Saved entries:
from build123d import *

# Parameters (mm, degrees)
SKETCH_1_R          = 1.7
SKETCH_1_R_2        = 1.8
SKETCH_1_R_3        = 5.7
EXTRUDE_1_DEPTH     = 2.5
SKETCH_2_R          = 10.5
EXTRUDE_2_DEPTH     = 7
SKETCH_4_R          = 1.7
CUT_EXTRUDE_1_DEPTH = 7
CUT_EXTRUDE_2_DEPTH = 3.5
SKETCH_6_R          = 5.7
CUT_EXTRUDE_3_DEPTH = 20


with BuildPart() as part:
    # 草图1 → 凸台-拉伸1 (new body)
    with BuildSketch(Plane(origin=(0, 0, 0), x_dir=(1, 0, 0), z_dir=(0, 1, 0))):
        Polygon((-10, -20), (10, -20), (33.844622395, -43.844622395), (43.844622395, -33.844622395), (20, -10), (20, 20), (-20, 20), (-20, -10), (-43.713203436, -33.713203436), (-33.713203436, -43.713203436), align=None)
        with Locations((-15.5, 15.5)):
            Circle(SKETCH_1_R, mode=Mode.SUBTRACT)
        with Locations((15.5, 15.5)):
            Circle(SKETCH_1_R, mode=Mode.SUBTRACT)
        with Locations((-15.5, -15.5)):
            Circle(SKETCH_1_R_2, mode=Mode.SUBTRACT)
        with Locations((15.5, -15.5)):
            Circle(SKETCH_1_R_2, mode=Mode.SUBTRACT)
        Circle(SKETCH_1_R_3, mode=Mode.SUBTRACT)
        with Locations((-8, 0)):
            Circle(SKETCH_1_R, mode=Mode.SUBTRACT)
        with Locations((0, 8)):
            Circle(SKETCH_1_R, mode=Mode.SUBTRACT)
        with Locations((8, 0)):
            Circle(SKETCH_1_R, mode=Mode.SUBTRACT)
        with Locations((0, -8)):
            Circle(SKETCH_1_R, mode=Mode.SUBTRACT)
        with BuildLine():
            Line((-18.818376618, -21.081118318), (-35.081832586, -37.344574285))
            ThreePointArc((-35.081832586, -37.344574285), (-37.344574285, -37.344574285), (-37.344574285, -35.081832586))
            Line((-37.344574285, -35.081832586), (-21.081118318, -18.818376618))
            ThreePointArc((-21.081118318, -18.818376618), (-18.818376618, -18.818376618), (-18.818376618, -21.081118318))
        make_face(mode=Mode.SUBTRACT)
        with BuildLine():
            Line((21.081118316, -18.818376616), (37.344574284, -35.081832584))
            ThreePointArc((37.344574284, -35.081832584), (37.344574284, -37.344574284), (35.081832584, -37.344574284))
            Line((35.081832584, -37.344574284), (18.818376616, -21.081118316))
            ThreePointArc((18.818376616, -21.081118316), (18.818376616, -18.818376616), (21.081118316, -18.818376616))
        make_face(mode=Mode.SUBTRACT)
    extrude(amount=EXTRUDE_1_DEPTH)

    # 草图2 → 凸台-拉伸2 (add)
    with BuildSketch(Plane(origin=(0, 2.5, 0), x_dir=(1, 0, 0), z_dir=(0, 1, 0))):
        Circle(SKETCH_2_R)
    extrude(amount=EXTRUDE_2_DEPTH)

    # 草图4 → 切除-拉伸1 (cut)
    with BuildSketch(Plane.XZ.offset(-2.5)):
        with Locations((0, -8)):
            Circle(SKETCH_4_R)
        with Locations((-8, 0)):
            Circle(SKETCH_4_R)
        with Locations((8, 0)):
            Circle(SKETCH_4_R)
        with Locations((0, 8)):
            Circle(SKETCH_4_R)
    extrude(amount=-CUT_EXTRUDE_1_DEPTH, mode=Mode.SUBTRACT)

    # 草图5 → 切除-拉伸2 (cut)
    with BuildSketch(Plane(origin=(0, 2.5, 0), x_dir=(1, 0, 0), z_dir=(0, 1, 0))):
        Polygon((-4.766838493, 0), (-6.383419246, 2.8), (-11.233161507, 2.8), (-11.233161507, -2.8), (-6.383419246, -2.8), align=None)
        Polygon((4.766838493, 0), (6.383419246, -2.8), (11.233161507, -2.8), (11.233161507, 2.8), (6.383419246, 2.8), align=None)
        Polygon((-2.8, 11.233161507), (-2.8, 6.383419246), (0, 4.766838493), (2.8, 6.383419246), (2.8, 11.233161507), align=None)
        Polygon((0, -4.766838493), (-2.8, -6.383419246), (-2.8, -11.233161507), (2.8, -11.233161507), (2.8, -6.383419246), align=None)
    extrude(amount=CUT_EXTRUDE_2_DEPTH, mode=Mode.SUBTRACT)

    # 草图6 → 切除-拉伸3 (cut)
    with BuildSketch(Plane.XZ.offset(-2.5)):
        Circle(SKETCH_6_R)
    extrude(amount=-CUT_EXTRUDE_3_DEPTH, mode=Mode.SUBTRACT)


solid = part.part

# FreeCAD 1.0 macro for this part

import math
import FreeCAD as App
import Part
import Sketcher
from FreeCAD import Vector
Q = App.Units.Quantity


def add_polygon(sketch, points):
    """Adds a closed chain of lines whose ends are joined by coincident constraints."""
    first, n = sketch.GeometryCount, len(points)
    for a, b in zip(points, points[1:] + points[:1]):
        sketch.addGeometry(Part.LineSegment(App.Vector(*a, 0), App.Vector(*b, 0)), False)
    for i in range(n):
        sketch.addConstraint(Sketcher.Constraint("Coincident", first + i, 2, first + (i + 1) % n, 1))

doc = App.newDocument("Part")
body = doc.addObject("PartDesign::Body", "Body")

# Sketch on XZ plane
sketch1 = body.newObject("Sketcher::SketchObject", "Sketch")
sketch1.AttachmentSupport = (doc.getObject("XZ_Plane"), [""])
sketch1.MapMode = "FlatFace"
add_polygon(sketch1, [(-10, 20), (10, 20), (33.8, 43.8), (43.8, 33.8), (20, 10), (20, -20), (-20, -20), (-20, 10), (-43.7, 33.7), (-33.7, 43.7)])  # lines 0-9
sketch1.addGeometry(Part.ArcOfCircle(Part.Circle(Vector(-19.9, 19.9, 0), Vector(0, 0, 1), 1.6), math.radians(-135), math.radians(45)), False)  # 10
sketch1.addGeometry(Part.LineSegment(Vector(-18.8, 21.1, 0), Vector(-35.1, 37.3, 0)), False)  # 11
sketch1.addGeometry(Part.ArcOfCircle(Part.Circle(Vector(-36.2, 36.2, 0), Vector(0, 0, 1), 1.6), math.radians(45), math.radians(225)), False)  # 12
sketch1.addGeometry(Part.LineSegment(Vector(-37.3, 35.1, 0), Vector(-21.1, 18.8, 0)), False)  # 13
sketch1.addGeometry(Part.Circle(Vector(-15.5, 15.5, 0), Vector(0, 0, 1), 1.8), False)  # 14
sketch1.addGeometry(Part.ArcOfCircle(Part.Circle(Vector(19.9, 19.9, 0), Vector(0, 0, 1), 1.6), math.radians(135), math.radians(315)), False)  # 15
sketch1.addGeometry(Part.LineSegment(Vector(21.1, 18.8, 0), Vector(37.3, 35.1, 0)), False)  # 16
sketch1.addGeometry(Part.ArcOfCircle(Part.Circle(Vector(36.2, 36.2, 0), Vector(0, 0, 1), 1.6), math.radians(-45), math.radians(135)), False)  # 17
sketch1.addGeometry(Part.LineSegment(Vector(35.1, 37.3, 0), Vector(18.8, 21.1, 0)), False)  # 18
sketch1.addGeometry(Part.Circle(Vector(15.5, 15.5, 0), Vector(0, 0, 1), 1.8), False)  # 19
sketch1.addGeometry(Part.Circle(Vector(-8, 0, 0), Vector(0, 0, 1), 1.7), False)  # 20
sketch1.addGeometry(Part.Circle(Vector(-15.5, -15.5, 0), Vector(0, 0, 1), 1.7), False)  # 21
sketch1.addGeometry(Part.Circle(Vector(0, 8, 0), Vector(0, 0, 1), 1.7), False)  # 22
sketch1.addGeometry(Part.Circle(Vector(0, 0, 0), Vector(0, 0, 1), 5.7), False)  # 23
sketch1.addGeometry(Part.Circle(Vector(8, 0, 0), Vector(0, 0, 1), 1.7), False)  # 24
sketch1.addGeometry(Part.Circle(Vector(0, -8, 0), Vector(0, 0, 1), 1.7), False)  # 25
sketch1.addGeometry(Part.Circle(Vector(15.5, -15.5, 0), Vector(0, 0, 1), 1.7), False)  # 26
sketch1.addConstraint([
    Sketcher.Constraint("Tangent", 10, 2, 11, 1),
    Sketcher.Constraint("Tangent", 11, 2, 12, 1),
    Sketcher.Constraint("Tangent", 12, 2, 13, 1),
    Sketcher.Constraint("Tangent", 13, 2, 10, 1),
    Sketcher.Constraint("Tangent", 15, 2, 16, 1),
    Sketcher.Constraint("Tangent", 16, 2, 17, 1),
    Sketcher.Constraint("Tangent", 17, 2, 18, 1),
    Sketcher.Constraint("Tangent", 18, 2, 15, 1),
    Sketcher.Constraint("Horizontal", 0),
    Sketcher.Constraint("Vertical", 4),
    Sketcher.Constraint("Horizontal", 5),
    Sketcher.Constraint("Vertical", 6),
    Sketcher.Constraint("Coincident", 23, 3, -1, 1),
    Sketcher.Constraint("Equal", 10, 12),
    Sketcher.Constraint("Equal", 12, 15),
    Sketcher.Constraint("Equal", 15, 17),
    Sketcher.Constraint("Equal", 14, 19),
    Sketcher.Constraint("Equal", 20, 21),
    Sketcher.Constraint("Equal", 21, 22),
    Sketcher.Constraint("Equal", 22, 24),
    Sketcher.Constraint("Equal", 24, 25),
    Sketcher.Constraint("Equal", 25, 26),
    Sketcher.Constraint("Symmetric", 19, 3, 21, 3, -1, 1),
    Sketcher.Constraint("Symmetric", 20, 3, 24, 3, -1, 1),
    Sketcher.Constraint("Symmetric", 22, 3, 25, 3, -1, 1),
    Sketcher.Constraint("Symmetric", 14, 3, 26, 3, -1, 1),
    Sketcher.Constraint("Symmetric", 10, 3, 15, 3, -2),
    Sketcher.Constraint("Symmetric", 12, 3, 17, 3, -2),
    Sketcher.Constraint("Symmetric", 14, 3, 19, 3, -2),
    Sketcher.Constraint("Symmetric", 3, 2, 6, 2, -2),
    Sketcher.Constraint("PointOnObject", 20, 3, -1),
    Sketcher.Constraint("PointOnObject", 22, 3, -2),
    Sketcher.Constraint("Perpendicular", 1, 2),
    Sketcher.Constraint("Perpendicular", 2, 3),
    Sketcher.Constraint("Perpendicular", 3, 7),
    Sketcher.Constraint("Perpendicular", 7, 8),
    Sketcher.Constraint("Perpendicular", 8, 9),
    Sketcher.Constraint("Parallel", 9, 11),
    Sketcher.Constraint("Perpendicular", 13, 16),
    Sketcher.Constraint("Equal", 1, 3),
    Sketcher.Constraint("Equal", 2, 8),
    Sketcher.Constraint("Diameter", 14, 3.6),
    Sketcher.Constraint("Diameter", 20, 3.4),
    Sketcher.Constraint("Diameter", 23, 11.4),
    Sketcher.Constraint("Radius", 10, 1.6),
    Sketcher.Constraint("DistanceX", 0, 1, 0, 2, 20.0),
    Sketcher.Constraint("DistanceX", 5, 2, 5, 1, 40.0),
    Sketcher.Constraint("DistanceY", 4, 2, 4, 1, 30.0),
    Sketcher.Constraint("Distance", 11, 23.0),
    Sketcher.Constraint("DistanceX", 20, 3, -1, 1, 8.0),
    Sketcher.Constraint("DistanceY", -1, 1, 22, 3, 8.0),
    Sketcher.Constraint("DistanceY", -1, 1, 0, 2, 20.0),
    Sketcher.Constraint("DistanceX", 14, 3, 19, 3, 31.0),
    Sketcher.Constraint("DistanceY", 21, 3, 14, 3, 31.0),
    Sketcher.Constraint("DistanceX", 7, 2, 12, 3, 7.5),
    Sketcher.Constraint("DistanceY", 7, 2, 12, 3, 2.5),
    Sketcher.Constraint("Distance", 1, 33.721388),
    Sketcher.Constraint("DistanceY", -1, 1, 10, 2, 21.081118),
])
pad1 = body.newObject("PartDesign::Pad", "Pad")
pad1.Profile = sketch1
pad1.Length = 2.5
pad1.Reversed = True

■ **Activity**
In the entries above, count each line with "align"; reply with the total only.

■ **Result**
5